Whither the Byrd Test? From the inception of the Highway Trust Fund in 1956, a spending restraint mechanism was built into the law governing the Trust Fund. Senate Finance Committee chairman Harry Byrd’s (I-VA) amendment added section 209(g) of the Highway Revenue Act (now 26 U.S.C. §9503(d), as amended), which provided for automatic cuts in highway contract authority apportionments to keep Trust Fund spending in line with projected future tax revenues. The “Byrd test” was successful in forcing Congress to increase gas taxes in 1959 to prevent the automatic cuts from taking place, and it acted as a restraint on spending during various authorization debates in the 1960s through the 1980s. But the 2005 SAFETEA-LU law changed the calculation method to make it possible for the Trust Fund to run out of money before triggering the Byrd test’s automatic cuts – and, surprise surprise, the Trust Fund did indeed go broke three years later.

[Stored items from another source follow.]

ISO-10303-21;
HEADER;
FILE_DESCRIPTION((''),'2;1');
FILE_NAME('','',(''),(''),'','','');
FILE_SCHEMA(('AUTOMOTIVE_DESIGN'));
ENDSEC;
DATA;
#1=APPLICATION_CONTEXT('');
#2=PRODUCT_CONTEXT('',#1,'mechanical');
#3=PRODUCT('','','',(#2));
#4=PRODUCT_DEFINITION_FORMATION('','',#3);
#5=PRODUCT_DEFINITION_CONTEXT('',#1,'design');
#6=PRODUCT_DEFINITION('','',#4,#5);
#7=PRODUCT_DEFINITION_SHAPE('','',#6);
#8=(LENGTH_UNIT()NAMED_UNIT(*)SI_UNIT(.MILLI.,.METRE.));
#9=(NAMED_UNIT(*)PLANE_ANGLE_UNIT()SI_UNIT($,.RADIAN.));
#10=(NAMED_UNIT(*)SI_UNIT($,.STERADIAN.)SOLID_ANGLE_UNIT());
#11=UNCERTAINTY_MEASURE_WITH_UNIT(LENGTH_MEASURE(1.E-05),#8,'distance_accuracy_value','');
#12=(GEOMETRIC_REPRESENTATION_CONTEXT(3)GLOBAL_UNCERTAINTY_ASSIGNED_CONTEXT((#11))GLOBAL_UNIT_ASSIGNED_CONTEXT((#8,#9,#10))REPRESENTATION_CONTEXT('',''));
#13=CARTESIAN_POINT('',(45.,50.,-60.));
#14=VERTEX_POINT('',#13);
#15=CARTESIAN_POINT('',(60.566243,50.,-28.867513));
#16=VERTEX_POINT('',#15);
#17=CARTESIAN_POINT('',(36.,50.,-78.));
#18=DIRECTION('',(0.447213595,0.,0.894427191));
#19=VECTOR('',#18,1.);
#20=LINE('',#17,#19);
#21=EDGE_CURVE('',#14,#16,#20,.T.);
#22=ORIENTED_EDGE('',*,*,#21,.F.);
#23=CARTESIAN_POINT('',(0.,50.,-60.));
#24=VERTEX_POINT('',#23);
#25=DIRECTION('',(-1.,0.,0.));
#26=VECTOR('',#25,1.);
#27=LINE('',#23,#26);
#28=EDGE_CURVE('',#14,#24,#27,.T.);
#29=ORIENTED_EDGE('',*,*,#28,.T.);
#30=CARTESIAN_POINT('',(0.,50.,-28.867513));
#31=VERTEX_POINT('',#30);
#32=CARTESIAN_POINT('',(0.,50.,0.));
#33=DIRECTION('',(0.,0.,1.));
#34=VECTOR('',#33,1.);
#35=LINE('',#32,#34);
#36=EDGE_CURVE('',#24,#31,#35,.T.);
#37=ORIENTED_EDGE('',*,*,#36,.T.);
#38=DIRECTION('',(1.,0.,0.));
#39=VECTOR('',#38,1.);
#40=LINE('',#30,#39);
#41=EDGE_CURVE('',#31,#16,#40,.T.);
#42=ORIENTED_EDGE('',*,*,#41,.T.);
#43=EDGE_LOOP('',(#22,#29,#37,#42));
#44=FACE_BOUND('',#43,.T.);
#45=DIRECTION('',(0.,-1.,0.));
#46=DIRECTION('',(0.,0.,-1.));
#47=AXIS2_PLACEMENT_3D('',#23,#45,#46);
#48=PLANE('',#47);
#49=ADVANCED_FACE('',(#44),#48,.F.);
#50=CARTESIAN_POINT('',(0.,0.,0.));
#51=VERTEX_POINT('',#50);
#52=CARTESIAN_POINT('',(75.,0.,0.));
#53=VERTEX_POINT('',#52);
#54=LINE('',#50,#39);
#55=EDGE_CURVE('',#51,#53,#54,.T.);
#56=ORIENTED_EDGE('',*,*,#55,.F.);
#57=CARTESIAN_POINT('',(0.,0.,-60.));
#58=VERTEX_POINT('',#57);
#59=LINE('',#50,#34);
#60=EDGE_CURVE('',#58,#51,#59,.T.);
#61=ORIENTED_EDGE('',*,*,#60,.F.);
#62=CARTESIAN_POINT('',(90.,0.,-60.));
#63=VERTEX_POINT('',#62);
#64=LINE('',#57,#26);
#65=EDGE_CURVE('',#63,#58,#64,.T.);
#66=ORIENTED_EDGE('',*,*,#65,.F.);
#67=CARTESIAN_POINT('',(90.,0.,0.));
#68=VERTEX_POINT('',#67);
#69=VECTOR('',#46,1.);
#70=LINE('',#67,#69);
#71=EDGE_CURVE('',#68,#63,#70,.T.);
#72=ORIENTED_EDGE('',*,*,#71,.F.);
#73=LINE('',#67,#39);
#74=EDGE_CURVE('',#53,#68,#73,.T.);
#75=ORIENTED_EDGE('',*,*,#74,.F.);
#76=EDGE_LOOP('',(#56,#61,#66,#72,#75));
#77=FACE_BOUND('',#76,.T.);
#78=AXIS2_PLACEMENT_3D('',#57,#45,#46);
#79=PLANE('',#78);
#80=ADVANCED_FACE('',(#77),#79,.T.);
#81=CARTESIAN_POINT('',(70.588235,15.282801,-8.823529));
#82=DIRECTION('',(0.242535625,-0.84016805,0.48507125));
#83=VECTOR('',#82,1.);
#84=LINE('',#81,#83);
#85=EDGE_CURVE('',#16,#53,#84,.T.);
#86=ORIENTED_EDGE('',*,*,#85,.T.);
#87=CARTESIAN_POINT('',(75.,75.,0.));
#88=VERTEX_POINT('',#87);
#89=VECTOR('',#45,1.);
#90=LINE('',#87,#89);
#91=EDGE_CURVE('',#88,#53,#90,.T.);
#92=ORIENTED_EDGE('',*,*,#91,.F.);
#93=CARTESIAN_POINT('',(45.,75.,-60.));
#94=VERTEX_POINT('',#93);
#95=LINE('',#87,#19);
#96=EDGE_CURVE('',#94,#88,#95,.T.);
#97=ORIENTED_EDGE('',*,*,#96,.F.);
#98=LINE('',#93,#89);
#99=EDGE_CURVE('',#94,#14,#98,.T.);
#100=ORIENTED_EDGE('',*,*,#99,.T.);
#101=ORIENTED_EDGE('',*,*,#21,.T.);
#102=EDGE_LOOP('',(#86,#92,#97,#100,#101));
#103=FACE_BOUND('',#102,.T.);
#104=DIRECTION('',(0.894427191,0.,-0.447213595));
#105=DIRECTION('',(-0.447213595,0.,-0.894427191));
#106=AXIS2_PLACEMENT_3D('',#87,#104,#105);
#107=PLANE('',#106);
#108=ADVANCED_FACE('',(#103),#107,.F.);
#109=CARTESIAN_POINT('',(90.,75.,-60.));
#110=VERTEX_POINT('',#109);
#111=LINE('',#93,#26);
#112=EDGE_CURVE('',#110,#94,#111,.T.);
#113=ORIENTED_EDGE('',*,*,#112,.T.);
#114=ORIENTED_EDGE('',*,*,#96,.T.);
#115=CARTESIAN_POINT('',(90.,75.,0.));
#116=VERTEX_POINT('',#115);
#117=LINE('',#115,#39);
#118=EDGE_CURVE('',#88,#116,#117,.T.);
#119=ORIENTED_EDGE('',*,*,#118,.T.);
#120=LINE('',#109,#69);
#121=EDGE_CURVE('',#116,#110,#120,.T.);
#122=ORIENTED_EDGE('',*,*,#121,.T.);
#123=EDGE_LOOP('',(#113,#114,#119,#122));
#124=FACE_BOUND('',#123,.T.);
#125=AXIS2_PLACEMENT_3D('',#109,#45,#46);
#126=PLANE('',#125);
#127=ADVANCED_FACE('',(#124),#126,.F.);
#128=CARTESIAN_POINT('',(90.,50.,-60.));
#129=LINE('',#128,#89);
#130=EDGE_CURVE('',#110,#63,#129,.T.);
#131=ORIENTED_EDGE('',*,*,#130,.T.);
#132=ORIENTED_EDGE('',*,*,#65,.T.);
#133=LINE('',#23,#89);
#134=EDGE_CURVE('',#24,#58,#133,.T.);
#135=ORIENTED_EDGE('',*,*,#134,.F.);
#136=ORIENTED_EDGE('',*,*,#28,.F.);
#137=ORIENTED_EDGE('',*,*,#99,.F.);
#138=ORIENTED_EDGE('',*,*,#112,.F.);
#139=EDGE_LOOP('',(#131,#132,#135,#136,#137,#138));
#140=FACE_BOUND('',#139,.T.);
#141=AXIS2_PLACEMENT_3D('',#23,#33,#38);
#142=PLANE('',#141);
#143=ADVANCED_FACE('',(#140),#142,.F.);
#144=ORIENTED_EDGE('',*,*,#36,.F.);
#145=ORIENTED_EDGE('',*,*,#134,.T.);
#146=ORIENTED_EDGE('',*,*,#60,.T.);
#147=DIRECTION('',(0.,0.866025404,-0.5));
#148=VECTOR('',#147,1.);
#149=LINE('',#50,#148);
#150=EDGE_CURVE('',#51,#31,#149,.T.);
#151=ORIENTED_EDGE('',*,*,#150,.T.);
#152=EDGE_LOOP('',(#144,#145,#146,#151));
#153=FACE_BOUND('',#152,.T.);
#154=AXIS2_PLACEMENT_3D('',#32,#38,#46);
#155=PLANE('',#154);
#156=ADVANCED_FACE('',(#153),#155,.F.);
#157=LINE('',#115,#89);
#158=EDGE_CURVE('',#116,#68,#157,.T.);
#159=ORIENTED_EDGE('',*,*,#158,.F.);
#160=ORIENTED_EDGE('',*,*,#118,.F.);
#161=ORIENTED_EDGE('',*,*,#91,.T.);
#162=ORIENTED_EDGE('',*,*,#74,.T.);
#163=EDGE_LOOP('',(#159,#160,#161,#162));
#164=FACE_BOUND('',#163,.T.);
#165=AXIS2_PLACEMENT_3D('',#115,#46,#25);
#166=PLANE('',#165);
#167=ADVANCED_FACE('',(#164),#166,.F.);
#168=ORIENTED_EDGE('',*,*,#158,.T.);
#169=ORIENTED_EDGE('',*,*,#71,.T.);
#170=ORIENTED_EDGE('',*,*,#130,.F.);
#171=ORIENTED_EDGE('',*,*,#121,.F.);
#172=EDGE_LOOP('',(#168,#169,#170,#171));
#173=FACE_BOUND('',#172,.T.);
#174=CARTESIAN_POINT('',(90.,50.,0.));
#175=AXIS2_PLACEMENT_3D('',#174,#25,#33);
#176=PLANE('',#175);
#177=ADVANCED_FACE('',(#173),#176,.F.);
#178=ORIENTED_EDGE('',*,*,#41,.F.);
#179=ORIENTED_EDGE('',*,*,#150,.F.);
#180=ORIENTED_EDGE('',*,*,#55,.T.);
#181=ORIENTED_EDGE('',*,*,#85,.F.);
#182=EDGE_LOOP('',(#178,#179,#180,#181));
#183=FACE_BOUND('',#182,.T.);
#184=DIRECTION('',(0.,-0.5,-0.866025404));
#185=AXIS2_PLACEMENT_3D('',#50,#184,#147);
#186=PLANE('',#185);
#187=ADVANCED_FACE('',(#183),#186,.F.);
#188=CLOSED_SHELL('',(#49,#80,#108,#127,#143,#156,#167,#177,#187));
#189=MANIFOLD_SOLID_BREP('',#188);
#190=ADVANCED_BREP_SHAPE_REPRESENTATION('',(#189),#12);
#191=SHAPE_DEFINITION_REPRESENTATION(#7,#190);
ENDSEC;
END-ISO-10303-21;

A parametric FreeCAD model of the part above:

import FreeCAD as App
import Part
import Sketcher
Q = App.Units.Quantity


def add_polygon(sketch, points):
    """Adds a closed chain of lines whose ends are joined by coincident constraints."""
    first, n = sketch.GeometryCount, len(points)
    for a, b in zip(points, points[1:] + points[:1]):
        sketch.addGeometry(Part.LineSegment(App.Vector(*a, 0), App.Vector(*b, 0)), False)
    for i in range(n):
        sketch.addConstraint(Sketcher.Constraint("Coincident", first + i, 2, first + (i + 1) % n, 1))

doc = App.newDocument("Part")
body = doc.addObject("PartDesign::Body", "Body")

# Sketch on XZ plane
sketch1 = body.newObject("Sketcher::SketchObject", "Sketch")
sketch1.AttachmentSupport = (doc.getObject("XZ_Plane"), [""])
sketch1.MapMode = "FlatFace"
add_polygon(sketch1, [(0, -60), (0, 0), (90, 0), (90, -60)])  # lines 0-3
sketch1.addConstraint([
    Sketcher.Constraint("Vertical", 0),
    Sketcher.Constraint("Horizontal", 1),
    Sketcher.Constraint("Vertical", 2),
    Sketcher.Constraint("Horizontal", 3),
    Sketcher.Constraint("Coincident", 0, 2, -1, 1),
    Sketcher.Constraint("DistanceX", 1, 1, 1, 2, 90.0),
    Sketcher.Constraint("DistanceY", 0, 1, 0, 2, 60.0),
])
pad1 = body.newObject("PartDesign::Pad", "Pad")
pad1.Profile = sketch1
pad1.Length = 50
pad1.Reversed = True

# Sketch on YZ plane
sketch2 = body.newObject("Sketcher::SketchObject", "Sketch001")
sketch2.AttachmentSupport = (doc.getObject("YZ_Plane"), [""])
sketch2.MapMode = "FlatFace"
sketch2.AttachmentOffset = App.Placement(App.Vector(0, 0, 90), App.Rotation())
add_polygon(sketch2, [(0, 0), (50, -28.867513), (50, 0)])  # lines 0-2
sketch2.addConstraint([
    Sketcher.Constraint("Vertical", 1),
    Sketcher.Constraint("Horizontal", 2),
    Sketcher.Constraint("Coincident", 2, 2, -1, 1),
    Sketcher.Constraint("DistanceX", 2, 2, 2, 1, 50.0),
    Sketcher.Constraint("Angle", 0, Q("-30 deg")),
])
pocket1 = body.newObject("PartDesign::Pocket", "Pocket")
pocket1.Profile = sketch2
pocket1.Type = "ThroughAll"

# Sketch on XZ plane
sketch3 = body.newObject("Sketcher::SketchObject", "Sketch002")
sketch3.AttachmentSupport = (doc.getObject("XZ_Plane"), [""])
sketch3.MapMode = "FlatFace"
add_polygon(sketch3, [(90, 0), (90, -60), (45, -60), (75, 0)])  # lines 0-3
sketch3.addConstraint([
    Sketcher.Constraint("Vertical", 0),
    Sketcher.Constraint("Horizontal", 1),
    Sketcher.Constraint("Horizontal", 3),
    Sketcher.Constraint("PointOnObject", 2, 2, -1),
    Sketcher.Constraint("DistanceX", 1, 2, 1, 1, 45.0),
    Sketcher.Constraint("DistanceX", 3, 1, 3, 2, 15.0),
    Sketcher.Constraint("DistanceY", 0, 2, 0, 1, 60.0),
    Sketcher.Constraint("DistanceX", -1, 1, 0, 2, 90.0),
])
pad2 = body.newObject("PartDesign::Pad", "Pad001")
pad2.Profile = sketch3
pad2.Length = 75
pad2.Reversed = True

doc.recompute()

However, fixing the Byrd test (and the ill-defined “Rostenkowski test” set up in 1982 for HTF Mass Transit Account spending) is up to the House Ways and Means Committee and the Senate Finance Committee – it is outside the Budget purview. But it might be possible for Budget to set up some kind of parallel process outside the Internal Revenue Code for automatic adjustments to such spending programs to prevent trust funds from running out of money.
Conclusion. Established transportation interests might oppose budget process reform that could restrain spending, and other interests might oppose reforms that could encourage tax increases. But opponents of reform should be required to answer this question: What is it about the performance of Highway Trust Fund programs in the last decade that justifies their continued exemption from budget sequestration, discretionary spending caps, statutory PAYGO rules, and periodic re-examination through the budget reconciliation process?
For more information, see the issue brief from May 12, 2014 from ETW’s predecessor publication, Transportation Weekly, entitled “Do We Still Need the Highway Trust Fund?”
*$739 million per year of HTF contract authority is classified as completely mandatory, but this is less than 2 percent of total HTF spending.